# Feeder Rbp



## jp80911 (Apr 3, 2008)

[media]http://www.youtube.com/watch?v=zaGL5gHmrBY


----------



## Smoke (Sep 8, 2010)

Nice, makes me miss my wolf


----------



## Sylar_92 (Dec 15, 2010)

Damb! Is that a Black wolf fish? Thing looks massive. Also why would you feed a RBP to it? Just wondering, Looked like a nice RBP by the way. Cool wolf how long have you kept it?


----------



## balluupnetme (Oct 23, 2006)

That sucks


----------



## jp80911 (Apr 3, 2008)

its an aimara and its not my fish. I guess the guy that feed it rbp is same as we feed our p's convicts, all fish can be potential feeders for other fish I guess.


----------



## Smoke (Sep 8, 2010)

Yeah in SA they call it Trahira which means "Piranha eater" or "Piranha killer" (can't remember which).


----------



## Piranha-Freak101 (Dec 8, 2010)

Thats a very ugly fish IMO. This doesnt bother me at all, i would love to see that wolfish in Piranha-Man's pygo tank


----------



## Piranha_man (Jan 29, 2005)

piranha-freak101 said:


> Thats a very ugly fish IMO. This doesnt bother me at all, i would love to see that wolfish in Piranha-Man's pygo tank


I don't think my pygos would like it very much though!









That aimara is incredible man...


----------



## Da' Manster! (Sep 1, 2009)

Not cool!...







...What a waste of a beautiful red!!..







...To each his own I guess.


----------



## Ja'eh (Jan 8, 2007)

Sylar_92 said:


> its am aimara and its not my fish. I guess the guy that feed it rbp is same as we feed our p's convicts, all fish can be potential feeders for other fish I guess.


I agree and I hate it when piranha enthusiasts harp on people who feed p's to other predatory fish when on the flip side they'll feed their piranhas anything under the sun....well anything that can't kill a piranha that is.


----------



## rhom15 (Dec 20, 2009)

put a nice 15" rhom in there and lets see who is still swimming


----------



## jp80911 (Apr 3, 2008)

piranha-freak101 said:


> Thats a very ugly fish IMO. This doesnt bother me at all, i would love to see that wolfish in Piranha-Man's pygo tank


lol it's only about 20" so still a juvi I guess?
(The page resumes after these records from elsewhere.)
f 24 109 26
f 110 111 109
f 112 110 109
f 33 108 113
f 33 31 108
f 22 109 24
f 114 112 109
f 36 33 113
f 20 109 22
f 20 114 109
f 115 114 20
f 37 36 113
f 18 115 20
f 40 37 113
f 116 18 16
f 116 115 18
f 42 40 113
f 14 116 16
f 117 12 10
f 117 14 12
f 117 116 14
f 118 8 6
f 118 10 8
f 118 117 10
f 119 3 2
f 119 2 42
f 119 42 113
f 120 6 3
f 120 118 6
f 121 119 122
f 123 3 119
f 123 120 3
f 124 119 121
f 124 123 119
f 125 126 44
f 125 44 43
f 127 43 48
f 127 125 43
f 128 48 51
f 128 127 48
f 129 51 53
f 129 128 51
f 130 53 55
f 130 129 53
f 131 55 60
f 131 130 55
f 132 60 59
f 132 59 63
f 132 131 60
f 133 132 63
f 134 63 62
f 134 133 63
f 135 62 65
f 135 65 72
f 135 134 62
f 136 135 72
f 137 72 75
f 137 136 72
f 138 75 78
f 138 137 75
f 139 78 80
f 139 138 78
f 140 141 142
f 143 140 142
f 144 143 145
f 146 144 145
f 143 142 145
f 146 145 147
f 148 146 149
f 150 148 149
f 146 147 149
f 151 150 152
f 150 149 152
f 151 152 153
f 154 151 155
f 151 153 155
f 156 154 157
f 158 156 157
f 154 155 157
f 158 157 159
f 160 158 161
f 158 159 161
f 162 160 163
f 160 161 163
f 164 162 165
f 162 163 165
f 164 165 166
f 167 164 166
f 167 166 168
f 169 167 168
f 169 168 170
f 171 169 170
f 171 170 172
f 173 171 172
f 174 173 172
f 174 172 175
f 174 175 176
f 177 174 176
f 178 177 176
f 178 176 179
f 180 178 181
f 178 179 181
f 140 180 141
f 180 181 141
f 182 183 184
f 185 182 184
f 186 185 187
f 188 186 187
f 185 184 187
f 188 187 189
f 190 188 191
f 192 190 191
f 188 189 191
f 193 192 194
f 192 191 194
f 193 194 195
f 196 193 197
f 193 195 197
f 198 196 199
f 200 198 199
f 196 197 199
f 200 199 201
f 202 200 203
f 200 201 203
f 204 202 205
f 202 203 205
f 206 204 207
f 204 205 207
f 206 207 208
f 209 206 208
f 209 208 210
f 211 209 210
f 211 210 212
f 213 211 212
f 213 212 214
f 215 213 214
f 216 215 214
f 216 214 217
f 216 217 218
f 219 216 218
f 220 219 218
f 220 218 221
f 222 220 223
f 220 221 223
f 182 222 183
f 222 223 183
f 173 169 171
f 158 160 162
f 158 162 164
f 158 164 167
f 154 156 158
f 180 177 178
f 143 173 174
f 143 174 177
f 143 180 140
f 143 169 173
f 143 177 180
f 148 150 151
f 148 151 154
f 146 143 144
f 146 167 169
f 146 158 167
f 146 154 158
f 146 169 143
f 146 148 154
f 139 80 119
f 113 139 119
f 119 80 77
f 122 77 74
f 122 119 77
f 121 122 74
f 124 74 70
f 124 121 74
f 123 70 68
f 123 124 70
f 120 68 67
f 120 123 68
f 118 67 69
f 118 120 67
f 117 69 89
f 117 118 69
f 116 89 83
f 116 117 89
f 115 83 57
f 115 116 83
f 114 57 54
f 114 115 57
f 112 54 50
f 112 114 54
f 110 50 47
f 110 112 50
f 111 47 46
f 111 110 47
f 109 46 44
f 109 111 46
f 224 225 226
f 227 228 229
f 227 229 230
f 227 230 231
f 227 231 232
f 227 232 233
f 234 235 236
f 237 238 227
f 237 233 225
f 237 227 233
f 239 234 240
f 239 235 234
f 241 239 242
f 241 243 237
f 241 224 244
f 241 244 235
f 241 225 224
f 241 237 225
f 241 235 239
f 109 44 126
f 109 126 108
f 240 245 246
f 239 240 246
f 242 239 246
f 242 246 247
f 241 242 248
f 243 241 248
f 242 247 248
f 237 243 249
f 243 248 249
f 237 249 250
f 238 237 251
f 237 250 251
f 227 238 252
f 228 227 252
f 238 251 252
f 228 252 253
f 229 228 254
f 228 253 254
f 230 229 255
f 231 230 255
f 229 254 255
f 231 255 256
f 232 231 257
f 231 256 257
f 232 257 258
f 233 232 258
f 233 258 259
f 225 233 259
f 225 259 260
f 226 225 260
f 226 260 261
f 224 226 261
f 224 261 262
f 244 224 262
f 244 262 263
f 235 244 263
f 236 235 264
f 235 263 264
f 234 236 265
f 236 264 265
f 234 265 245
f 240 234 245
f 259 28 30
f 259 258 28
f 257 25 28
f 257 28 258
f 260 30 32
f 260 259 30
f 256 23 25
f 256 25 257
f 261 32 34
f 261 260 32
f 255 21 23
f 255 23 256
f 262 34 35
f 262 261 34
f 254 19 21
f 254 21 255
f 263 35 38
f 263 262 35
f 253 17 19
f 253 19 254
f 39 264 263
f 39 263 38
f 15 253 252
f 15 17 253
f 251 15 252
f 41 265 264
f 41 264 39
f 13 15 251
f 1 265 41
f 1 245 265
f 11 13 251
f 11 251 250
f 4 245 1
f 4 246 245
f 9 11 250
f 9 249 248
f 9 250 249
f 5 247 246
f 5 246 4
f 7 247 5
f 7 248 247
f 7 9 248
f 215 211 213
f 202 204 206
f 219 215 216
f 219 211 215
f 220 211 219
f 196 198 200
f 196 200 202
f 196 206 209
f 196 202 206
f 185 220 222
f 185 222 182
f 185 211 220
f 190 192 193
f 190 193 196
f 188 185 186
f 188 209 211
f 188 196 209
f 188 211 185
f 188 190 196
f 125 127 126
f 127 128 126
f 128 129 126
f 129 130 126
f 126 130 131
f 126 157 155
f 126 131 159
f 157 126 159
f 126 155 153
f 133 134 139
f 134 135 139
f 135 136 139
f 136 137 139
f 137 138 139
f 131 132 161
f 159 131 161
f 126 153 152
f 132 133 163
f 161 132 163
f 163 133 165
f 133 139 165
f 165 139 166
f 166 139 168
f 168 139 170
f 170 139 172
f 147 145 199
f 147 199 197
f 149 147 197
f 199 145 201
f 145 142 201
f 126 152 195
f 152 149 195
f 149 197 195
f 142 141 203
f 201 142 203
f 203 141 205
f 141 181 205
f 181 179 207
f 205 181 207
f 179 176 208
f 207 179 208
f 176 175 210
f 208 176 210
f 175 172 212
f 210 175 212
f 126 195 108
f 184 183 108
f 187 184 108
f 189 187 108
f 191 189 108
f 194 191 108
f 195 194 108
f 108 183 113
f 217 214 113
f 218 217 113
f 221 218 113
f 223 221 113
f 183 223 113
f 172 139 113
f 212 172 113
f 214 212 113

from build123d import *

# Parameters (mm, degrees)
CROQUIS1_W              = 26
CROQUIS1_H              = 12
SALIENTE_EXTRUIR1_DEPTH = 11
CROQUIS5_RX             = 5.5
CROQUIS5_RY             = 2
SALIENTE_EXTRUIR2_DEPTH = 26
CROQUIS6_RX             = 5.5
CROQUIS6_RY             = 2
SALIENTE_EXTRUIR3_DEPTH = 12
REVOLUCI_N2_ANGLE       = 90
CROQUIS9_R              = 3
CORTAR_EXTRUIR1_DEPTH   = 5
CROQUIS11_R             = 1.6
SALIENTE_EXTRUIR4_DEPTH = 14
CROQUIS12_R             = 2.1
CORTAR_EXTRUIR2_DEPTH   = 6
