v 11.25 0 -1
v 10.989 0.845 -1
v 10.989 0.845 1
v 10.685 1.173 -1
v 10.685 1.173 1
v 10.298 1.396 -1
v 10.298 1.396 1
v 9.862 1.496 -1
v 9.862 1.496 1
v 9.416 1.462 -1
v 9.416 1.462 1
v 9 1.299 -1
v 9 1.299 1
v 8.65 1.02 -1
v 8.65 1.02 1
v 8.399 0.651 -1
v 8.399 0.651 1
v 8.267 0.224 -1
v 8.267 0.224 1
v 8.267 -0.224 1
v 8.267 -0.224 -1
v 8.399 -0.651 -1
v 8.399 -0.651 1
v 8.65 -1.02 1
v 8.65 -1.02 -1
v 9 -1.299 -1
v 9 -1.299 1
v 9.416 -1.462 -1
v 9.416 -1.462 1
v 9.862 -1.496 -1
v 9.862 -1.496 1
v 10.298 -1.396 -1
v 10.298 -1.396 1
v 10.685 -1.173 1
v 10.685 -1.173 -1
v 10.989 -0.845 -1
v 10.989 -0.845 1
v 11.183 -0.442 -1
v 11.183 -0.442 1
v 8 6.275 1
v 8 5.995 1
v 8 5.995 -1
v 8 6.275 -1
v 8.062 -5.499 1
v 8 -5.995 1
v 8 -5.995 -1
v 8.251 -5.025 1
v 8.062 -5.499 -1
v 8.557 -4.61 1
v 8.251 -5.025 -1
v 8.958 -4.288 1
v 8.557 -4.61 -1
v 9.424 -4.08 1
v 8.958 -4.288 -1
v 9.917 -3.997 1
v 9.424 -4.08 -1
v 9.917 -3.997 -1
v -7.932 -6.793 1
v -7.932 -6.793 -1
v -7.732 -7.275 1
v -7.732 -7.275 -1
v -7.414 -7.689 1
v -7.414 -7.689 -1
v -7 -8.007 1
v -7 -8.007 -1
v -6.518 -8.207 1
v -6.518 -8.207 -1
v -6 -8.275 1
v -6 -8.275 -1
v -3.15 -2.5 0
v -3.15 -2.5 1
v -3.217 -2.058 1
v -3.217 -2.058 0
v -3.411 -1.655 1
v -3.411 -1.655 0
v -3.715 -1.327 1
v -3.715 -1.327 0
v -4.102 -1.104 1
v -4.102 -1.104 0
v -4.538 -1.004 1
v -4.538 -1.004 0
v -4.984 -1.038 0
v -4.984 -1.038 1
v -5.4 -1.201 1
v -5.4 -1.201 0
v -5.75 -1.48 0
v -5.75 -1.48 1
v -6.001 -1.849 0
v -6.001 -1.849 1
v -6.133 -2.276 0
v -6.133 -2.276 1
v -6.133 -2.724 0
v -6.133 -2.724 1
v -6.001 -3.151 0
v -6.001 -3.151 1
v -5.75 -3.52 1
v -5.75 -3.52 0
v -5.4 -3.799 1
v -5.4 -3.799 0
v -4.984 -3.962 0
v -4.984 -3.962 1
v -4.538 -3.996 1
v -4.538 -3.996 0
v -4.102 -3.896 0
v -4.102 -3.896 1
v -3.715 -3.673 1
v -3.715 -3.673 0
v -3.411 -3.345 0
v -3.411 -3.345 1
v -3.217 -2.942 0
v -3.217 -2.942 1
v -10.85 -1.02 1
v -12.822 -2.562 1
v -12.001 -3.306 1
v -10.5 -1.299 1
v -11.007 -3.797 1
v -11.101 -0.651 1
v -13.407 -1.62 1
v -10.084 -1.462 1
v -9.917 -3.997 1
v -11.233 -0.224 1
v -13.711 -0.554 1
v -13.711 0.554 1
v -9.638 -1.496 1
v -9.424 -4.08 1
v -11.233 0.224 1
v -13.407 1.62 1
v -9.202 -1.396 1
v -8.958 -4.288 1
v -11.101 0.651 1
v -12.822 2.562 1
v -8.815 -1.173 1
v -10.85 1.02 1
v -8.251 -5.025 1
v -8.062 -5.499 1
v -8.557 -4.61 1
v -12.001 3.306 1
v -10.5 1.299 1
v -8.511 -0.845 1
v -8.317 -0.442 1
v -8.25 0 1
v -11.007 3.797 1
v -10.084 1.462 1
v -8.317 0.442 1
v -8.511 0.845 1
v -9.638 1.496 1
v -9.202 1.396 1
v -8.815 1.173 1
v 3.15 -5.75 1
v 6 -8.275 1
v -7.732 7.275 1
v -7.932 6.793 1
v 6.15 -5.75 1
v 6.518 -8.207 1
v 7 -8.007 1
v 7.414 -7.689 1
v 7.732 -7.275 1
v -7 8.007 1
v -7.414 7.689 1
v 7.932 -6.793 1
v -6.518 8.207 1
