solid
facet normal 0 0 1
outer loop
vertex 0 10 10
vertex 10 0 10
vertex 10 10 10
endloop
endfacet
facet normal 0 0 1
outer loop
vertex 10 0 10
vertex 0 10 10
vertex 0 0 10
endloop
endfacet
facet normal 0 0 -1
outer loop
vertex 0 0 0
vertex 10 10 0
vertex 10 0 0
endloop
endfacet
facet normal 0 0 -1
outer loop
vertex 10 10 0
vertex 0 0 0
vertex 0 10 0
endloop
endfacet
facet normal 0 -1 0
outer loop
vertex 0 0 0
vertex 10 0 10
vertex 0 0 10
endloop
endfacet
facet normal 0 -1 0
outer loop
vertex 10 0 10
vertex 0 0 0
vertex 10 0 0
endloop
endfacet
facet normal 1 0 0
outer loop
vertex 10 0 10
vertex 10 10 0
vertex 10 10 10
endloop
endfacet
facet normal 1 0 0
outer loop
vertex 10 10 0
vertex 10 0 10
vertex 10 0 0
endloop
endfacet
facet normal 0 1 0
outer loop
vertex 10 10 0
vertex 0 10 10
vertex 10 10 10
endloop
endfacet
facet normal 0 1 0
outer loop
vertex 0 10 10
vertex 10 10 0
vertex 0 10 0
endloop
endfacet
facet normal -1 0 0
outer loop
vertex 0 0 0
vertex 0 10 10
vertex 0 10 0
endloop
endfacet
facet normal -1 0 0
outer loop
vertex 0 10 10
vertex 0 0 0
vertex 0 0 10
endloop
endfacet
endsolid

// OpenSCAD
// Generated by SolidPython 1.1.3 on 2022-12-27 12:07:58


cube(size = 10);
/***********************************************
*********      SolidPython code:      **********
************************************************
 
# This is a sample Python script.

# Press Shift+F10 to execute it or replace it with your code.
# Press Double Shift to search everywhere for classes, files, tool windows, actions, and settings.
from solid import *

def draw_cube():
    c = cube(10)
    scad_render_to_file(c, "./export.scad")

def print_hi(name):
    # Use a breakpoint in the code line below to debug your script.
    print(f'Hi, {name}')  # Press Ctrl+F8 to toggle the breakpoint.


# Press the green button in the gutter to run the script.
if __name__ == '__main__':
    print_hi('PyCharm')

draw_cube()
# See PyCharm help at https://www.jetbrains.com/help/pycharm/
 
 
************************************************/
I think they max out at 3-4ft.


----------



## Ja'eh (Jan 8, 2007)

rhom15 said:


> put a nice 15" rhom in there and lets see who is still swimming


A 15" rhom against a 15" aimara?.......Ummmm I'll put my money on the aimara.


----------



## Piranha-Freak101 (Dec 8, 2010)

jp80911 said:


> Thats a very ugly fish IMO. This doesnt bother me at all, i would love to see that wolfish in Piranha-Man's pygo tank


lol it's only about 20" so still a juvi I guess? I think they max out at 3-4ft.
[/quote]
Damnnn !


----------



## Johnny_Zanni (Nov 8, 2009)

Ja said:


> put a nice 15" rhom in there and lets see who is still swimming


A 15" rhom against a 15" aimara?.......Ummmm I'll put my money on the aimara.
[/quote]

As would I.


----------



## Piranha-Freak101 (Dec 8, 2010)

Ja said:


> put a nice 15" rhom in there and lets see who is still swimming


A 15" rhom against a 15" aimara?.......Ummmm I'll put my money on the aimara.
[/quote]
Are aimaras amazonian


----------



## Johnny_Zanni (Nov 8, 2009)

piranha-freak101 said:


> put a nice 15" rhom in there and lets see who is still swimming


A 15" rhom against a 15" aimara?.......Ummmm I'll put my money on the aimara.
[/quote]
Are aimaras amazonian
[/quote]

Yes.


----------



## Piranha-Freak101 (Dec 8, 2010)

how would a big a$$ rhom not be eable to take one down


----------



## THE BLACK PIRANHA (Dec 8, 2003)

That red barely looked like a snack to that guy.


----------



## Johnny_Zanni (Nov 8, 2009)

piranha-freak101 said:


> how would a big a$$ rhom not be eable to take one down


Cause aimara are bigger, meaner and stronger.


----------



## jp80911 (Apr 3, 2008)

piranha-freak101 said:


> how would a big a$ rhom not be eable to take one down


cuz aimara is one of the meanest bad @ss from the Amazon??? and I don't think they'll ever back down from a fight and attach every thing head on. a bite from a big rhom on the aimara maybe some missing fins or scales, a bite from aimara then bye bye rhom. if it can't swallow the rhom then it'll shake it like a shark to rip it apart.


----------



## Smoke (Sep 8, 2010)

I think we might have a member on here (or a few) with P's and Wolf fish.


----------



## FEEFA (Nov 19, 2007)

Craziest fresh water predater IMO, If you can afford one and have the tank space they are the best.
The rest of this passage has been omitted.